Roku’s SceneGraph Benchmarks: AA vs Node

Paweł Hertman
DAZN Engineering
Published in
7 min readSep 24, 2018

Roku applications might look very simple from the users perspective, but they sometimes hide a lot of complexity behind the scenes, data management certainly making up for a big part of it. With data constantly being fetched, parsed and shared across the whole app, giving users a smooth and responsive experience can be quite a challenge given how simple Roku boxes can be in terms of performance. To deal with this data Roku offers us two ways: associative arrays and nodes. But which one should we use?

The official Roku Docs says:

The first category represents small, shallow data structures where each structure instance is usually treated as a single cohesive item. These are reasonable and efficient to model as AA fields. The second represents large, deep data webs where copying would be prohibitive. It is reasonable to model these as node trees.

But what exactly do “small”, “shallow”, “large” and “deep data” mean? Let’s check this out!
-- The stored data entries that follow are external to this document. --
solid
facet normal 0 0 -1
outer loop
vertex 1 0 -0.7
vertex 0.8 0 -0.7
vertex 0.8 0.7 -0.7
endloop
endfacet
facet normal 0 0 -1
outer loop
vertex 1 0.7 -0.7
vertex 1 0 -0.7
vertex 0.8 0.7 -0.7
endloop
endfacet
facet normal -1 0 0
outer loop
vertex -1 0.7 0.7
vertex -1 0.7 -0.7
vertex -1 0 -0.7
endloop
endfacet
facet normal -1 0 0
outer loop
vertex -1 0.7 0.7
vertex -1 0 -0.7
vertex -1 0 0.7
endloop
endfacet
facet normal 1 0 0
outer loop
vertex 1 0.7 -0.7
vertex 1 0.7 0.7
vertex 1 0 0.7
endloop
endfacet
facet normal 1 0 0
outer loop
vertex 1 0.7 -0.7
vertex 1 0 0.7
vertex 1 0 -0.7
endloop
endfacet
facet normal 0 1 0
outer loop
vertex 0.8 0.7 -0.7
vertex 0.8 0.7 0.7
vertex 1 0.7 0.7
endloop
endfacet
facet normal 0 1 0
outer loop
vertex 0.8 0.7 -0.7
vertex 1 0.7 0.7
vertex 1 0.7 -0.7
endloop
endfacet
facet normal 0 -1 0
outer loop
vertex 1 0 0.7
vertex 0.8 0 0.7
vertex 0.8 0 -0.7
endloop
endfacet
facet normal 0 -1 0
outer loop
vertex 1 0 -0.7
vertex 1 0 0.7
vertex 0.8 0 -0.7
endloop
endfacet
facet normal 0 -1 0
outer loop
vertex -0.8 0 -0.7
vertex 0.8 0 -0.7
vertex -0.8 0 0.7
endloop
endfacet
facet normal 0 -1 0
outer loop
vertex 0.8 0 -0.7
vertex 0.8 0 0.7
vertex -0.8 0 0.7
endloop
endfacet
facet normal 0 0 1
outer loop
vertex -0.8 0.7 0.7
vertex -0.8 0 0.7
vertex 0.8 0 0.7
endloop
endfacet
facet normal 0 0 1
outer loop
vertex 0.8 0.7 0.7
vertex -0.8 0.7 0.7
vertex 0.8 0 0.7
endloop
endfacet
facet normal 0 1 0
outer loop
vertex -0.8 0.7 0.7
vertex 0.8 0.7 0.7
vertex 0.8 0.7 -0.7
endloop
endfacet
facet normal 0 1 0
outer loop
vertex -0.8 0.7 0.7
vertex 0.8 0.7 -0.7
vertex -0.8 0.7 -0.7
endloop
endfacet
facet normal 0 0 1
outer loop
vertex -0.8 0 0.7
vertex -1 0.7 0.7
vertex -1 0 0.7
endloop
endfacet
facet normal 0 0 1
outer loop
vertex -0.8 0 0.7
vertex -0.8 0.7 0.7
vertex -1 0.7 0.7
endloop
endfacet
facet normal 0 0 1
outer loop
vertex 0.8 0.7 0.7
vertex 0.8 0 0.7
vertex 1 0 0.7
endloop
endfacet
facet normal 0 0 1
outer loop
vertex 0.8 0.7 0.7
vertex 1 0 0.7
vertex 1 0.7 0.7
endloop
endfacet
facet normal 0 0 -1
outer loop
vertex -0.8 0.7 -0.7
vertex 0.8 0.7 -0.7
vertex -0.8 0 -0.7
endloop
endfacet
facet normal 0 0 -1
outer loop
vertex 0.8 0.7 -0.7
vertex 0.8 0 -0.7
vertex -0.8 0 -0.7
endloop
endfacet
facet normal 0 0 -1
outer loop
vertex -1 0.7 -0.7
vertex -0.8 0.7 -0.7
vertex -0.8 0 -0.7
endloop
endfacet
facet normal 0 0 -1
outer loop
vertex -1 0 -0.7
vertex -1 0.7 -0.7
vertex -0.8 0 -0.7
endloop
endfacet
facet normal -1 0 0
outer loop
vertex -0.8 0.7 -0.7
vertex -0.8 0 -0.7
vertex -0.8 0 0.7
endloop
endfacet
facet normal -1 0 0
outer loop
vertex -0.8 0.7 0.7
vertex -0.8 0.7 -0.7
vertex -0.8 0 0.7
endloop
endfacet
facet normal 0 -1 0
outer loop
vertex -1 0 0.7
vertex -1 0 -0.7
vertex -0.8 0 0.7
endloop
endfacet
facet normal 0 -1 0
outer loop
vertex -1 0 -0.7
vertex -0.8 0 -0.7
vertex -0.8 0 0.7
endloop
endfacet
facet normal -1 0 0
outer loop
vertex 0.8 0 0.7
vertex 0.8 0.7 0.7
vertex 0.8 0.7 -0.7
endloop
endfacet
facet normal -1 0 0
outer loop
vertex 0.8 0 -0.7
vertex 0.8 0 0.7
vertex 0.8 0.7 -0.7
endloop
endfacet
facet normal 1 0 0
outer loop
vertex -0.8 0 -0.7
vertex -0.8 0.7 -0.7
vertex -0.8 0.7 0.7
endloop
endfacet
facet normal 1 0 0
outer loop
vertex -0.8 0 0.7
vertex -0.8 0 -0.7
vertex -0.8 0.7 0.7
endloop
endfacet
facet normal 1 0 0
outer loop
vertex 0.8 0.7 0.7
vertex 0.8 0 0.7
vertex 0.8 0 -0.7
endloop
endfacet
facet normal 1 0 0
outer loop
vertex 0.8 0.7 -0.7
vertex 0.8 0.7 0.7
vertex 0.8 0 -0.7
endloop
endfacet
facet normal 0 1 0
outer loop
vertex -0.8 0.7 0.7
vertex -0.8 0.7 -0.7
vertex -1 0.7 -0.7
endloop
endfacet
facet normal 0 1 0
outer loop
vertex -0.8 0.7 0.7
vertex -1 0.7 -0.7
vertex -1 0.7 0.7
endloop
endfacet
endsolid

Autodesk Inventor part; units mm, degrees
ref_plane "YZ Plane" through (0, 0, 0) normal (1, 0, 0) x (0, 1, 0)
ref_plane "XZ Plane" through (0, 0, 0) normal (0, 1, 0) x (-1, 0, 0)
ref_plane "XY Plane" through (0, 0, 0) normal (0, 0, 1) x (1, 0, 0)
sketch "Sketch1" plane through (0, 0, 0) normal (0, 1, 0) x (-1, 0, 0)
  line L0 (0.8, 0.7) -> (-0.8, 0.7)
  line L1 (-0.8, 0.7) -> (-0.8, -0.7)
  line L2 (-0.8, -0.7) -> (0.8, -0.7)
  line L3 (0.8, -0.7) -> (0.8, 0.7)
  line L4 (0.8, 0.7) -> (-0.8, -0.7) construction
  line L5 (-0.8, 0.7) -> (0.8, -0.7) construction
  point P0 (0, 0)
  dimension "d0" = 1.4
  dimension "d1" = 1.6
extrude "Extrusion1" add sketch "Sketch1" along normal blind 0.7
sketch "Sketch2" plane through (0.8, 0, 0.7) normal (1, 0, 0) x (0, 0, -1)
  line L0 (0, 0) -> (1.4, 0) projected
  line L1 (1.4, 0) -> (1.4, 0.7) projected
  line L2 (0, 0.7) -> (1.4, 0.7) projected
  line L3 (0, 0) -> (0, 0.7) projected
  point P0 (0.7, 0)
extrude "Extrusion2" add sketch "Sketch2" along normal blind 0.2 separate body
mirror "Mirror1" about plane through (0, 0, 0) normal (1, 0, 0) of "Extrusion2" bodies 2
sketch "Sketch3" plane through (0, 0.7, 0) normal (0, 1, 0) x (1, 0, 0)
  line L0 (-0.809, 0.2813) -> (2.4608, 0.2813) construction
  line L1 (2.4608, 0.2813) -> (2.4608, -0.6207) construction
  line L2 (2.4608, -0.6207) -> (-0.809, -0.6207) construction
  line L3 (-0.809, -0.6207) -> (-0.809, 0.2813) construction
  point P0 (0, 0)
Nomenclature and assumptions

For the purposes of the article, let’s use the following nomenclature for data structures:

  • 10x1 means an object containing 10 intrinsic type fields (in this case string)
  • 10x10x1 means a 2-level object: all of its fields contain another object containing 10 intrinsic type fields
  • And so on…

Object creation time

Before benchmarking any other, more complex case, let’s check how much does creating an object “cost”. Obviously, it’s pretty fast, both for AA and Node, so in order to compare results, the benchmark consists of creating 1000 objects in a loop. The self-evident variable impacting the creation time is the number of fields. In the chart below you can check the average of 10 benchmarks tests:

Creating an empty node takes 10 times more time than an empty AA. Every additional field means about 2ms more for AAs. For nodes this number is dynamic, from 25ms at the beginning to 10ms for 12 fields. The chart doesn’t contain results for more than 12 fields for nodes, because the benchmark ended with execution timeout.

The more fields, the smaller ratio between AAs and Node, but it’s a big difference anyway.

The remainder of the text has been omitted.